Use *Python* script below to move all the files into the `textgrid_pitch_batch/modify` folder, along with their pointprocess files (if not, then generate one). It is often needed to modify pointprocess files to correct the pitch.

In [None]:
# Move the textgrid files to modify folder
# Prerequisite
import os
from pathlib import Path
import shutil
import re
import pandas as pd
import parselmouth
from parselmouth.praat import call

#################################################
# read the flagfile csv
flagfiles = pd.read_csv("Rcode_checkf0/02output_files/Chengdu_flagfiles_essential.csv")
# flagfiles = pd.read_csv("Rcode_analysis/Cantonese_dur_outliers.csv")
#################################################

current_lang = "Chengdu"
dir = os.path.join("/Users/kechun/Documents/0_PhD_working_folder", str(current_lang), "workflow")
directory = os.path.join(dir, "textgrid_pitch_batch")
destination = os.path.join(dir, "textgrid_pitch_batch/modify")
sounddirectory = os.path.join(dir,"sound_original")

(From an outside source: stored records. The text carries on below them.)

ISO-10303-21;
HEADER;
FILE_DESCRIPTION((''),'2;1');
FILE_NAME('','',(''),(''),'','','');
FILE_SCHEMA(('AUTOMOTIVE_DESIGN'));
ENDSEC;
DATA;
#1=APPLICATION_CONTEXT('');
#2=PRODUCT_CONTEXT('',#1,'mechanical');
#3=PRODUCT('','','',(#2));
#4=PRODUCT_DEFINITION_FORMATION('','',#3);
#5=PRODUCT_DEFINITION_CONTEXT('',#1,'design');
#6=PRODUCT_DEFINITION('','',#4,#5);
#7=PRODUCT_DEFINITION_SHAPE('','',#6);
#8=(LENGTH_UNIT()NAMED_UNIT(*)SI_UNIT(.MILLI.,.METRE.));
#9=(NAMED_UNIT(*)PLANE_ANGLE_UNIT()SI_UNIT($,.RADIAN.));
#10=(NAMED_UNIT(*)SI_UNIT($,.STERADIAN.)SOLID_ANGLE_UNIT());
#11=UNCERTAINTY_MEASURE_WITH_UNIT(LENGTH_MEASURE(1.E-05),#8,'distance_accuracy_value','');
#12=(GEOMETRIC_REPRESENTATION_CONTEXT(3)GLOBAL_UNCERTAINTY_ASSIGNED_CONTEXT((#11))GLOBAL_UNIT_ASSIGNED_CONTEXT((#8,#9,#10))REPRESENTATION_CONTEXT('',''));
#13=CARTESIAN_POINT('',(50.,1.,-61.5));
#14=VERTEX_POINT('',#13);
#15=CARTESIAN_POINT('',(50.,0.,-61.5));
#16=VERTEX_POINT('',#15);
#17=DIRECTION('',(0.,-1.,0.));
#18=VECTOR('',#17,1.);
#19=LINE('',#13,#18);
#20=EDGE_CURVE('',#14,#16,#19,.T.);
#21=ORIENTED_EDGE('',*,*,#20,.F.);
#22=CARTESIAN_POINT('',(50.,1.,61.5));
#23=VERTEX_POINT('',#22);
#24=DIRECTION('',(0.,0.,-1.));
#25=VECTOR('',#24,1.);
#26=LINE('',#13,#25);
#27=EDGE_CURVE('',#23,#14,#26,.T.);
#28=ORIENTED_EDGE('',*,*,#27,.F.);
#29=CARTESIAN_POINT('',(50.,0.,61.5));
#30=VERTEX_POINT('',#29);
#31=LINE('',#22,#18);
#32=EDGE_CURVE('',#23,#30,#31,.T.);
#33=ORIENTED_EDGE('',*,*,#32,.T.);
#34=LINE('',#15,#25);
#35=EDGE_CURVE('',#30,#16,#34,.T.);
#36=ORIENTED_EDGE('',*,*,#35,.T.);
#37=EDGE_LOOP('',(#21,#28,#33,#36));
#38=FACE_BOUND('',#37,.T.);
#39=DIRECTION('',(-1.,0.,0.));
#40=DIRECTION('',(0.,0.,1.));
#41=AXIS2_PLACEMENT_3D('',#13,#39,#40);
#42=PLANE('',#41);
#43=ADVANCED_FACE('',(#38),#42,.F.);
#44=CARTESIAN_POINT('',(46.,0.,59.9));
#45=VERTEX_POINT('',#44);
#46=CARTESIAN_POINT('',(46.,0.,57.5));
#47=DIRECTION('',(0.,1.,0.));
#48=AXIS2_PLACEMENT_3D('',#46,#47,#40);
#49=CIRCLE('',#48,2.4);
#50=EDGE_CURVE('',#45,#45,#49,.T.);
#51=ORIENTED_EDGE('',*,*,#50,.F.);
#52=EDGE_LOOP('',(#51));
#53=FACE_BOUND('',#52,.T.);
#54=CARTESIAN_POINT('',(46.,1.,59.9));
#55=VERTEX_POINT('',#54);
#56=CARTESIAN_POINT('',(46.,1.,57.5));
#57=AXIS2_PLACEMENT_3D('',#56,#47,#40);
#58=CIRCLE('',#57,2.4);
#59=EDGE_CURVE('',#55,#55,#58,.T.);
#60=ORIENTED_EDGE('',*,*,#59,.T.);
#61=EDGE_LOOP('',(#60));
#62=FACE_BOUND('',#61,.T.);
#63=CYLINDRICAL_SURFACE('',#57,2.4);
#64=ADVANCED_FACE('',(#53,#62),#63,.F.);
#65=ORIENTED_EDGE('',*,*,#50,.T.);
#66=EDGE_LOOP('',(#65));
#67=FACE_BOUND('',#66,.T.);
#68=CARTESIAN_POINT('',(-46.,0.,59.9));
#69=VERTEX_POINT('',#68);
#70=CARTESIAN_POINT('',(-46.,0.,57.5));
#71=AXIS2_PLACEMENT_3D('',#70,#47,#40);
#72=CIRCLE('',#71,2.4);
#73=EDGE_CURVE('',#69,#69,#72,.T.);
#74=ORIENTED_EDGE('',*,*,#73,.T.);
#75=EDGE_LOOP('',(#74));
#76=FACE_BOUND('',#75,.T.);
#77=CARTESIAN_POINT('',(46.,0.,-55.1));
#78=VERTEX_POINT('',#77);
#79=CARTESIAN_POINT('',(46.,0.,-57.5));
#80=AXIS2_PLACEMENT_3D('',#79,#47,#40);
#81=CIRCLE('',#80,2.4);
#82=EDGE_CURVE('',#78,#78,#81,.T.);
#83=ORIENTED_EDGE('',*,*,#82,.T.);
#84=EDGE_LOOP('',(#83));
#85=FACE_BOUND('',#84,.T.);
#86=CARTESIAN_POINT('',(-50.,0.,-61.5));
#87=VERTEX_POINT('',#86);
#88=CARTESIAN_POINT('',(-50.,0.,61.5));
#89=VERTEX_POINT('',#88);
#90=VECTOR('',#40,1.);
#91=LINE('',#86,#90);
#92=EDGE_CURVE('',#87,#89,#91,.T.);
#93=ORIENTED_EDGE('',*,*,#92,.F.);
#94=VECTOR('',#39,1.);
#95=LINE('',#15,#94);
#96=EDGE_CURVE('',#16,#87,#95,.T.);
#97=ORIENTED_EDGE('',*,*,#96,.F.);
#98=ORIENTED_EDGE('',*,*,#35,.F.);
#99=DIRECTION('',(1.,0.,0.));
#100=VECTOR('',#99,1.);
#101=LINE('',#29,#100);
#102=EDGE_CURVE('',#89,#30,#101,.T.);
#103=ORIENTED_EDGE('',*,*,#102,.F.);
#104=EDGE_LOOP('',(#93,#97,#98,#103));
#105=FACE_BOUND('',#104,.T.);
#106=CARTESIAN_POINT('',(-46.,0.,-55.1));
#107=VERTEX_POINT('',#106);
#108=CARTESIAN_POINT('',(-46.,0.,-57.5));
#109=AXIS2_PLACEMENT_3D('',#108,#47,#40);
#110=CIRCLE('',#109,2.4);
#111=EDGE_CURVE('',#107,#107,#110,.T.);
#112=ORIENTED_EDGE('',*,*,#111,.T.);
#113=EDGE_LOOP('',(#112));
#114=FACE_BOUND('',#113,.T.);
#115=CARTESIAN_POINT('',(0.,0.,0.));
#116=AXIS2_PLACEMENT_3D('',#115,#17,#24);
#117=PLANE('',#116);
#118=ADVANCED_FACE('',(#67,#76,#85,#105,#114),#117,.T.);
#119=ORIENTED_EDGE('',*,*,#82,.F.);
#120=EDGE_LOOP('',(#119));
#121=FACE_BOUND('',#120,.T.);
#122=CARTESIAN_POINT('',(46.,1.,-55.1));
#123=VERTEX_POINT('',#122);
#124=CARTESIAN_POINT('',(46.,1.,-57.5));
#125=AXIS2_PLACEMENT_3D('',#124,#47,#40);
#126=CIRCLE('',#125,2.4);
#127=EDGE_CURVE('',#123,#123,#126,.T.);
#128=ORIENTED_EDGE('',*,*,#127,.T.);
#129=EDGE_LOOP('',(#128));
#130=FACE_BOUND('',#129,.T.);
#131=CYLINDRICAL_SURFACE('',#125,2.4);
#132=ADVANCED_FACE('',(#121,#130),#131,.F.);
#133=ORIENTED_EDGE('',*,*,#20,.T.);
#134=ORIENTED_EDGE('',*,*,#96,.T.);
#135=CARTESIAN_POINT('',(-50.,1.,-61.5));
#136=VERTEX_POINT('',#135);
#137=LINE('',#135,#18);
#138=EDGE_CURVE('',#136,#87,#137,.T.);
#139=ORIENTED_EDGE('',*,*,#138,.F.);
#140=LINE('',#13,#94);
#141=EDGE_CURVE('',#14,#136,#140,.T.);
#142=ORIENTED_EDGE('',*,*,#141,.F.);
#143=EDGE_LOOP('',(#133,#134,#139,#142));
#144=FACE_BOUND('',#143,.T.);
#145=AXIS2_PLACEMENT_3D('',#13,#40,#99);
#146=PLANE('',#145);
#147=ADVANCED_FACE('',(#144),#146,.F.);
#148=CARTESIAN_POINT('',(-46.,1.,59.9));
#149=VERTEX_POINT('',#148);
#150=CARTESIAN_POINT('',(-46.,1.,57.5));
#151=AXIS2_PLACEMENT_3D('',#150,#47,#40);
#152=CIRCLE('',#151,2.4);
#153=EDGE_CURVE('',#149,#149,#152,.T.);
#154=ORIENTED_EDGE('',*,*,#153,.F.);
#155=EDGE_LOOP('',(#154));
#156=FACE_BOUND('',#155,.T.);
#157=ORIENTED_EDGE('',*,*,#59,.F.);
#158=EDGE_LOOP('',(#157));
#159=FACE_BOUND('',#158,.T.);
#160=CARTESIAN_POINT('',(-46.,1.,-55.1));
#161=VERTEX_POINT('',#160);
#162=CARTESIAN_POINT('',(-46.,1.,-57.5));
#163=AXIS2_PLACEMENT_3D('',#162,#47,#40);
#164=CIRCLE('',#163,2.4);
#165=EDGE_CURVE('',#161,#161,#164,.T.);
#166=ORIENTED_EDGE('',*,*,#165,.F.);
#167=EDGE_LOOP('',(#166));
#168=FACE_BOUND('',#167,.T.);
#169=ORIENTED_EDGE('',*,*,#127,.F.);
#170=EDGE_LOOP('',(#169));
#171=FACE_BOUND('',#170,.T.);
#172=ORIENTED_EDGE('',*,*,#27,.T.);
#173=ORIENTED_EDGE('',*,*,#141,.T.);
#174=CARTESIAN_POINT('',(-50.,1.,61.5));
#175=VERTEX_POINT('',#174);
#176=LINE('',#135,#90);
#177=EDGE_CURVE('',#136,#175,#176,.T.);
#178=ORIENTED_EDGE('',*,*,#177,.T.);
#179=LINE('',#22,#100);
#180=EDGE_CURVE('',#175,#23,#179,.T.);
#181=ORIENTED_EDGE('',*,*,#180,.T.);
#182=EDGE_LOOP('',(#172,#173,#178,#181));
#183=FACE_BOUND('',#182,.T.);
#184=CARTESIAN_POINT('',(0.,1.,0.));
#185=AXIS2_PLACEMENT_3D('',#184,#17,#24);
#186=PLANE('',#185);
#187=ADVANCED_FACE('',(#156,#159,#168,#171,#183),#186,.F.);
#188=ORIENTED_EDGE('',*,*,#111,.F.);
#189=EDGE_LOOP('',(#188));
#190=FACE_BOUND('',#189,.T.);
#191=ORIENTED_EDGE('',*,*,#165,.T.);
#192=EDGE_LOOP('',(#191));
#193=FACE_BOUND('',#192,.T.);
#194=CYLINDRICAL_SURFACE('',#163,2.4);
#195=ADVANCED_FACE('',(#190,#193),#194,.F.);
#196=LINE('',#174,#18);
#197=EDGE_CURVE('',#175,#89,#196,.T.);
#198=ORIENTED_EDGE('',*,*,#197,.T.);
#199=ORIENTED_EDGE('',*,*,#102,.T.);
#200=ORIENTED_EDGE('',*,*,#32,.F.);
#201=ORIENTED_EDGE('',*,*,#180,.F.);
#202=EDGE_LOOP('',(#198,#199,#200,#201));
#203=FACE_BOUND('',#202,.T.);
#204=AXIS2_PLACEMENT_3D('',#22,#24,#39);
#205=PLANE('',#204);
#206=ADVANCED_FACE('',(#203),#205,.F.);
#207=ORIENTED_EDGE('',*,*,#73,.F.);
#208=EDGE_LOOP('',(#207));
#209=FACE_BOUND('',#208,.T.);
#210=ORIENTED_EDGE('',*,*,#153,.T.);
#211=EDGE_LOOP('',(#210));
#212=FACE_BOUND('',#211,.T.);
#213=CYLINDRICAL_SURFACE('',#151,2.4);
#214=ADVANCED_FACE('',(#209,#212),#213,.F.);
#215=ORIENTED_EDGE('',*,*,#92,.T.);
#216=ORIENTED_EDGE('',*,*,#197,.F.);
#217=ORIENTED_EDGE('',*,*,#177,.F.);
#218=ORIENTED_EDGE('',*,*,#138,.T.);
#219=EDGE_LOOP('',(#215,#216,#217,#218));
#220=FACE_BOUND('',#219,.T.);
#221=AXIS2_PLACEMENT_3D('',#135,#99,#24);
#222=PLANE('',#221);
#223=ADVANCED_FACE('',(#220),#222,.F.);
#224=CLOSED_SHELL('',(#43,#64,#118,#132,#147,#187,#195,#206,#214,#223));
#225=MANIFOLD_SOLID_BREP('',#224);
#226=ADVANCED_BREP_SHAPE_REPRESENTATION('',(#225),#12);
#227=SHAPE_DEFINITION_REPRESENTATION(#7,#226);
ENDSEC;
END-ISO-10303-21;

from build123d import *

# Parameters (mm, degrees)
SKETCH1_W            = 100
SKETCH1_H            = 123
BOSS_EXTRUDE1_DEPTH  = 1
M4_CLEARANCE_HOLE1_D = 4.8


with BuildPart() as part:
    # Sketch1 → Boss-Extrude1 (new body)
    with BuildSketch(Plane(origin=(0, 0, 0), x_dir=(1, 0, 0), z_dir=(0, 1, 0))):
        Rectangle(SKETCH1_W, SKETCH1_H)
    extrude(amount=BOSS_EXTRUDE1_DEPTH)

    # M4 Clearance Hole1 (through all)
    with Locations(Plane(origin=(0, 1, 0), x_dir=(1, 0, 0), z_dir=(0, 1, 0))):
        with Locations((-46, -57.5), (-46, 57.5), (46, 57.5), (46, -57.5)):
            Hole(M4_CLEARANCE_HOLE1_D / 2)


solid = part.part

for index,row in flagfiles.iterrows():
    file_to_move = row["filename"]
    filename = file_to_move + "_checked.TextGrid"
    # print(filename)
    # Read sound files
    soundname = file_to_move + ".wav"
    sound = parselmouth.Sound(os.path.join(sounddirectory,soundname))
    #Check if pointprocess exists
    pointprocess = os.path.join(directory,file_to_move + ".PointProcess")
    pitch = os.path.join(directory,file_to_move + ".Pitch")
    if os.path.exists(pitch):
        shutil.move(pitch,destination)
    if os.path.exists(pointprocess):
        shutil.move(pointprocess,destination)
    else:
        # Read the default f0 floor and ceilling
        defaultf0floor = row["defaultf0floor"]
        defaultf0ceiling = row["defaultf0ceiling"]
        # generate PointProcesses files
        pointprocess = call(sound, "To PointProcess (periodic, cc)", defaultf0floor,defaultf0ceiling)
        # Save the pointproces file into the modify folder
        pointprocess.save(os.path.join(destination,file_to_move + ".PointProcess"))
    shutil.move(os.path.join(directory,filename), destination)

**Step III**

I will move all files back to the `textgrid_pitch_batch` folder, and rerun the `extract_acoustics.py`, followed by the two steps above. the `Rcode_f0check/01f0clean.Rmd`. This is because using the pointprocesses files might result in a slightly different pitch parameters.

**Step IV**

Run the `modify_boundaries.praat` to modify the boundaries.

If changing the f0 floor/ceiling is crucial for generating the correct contour (e.g. creaky voice), remember to click 'Save pitch' so that the corresponding pitch object will be saved, not just the pointprocess.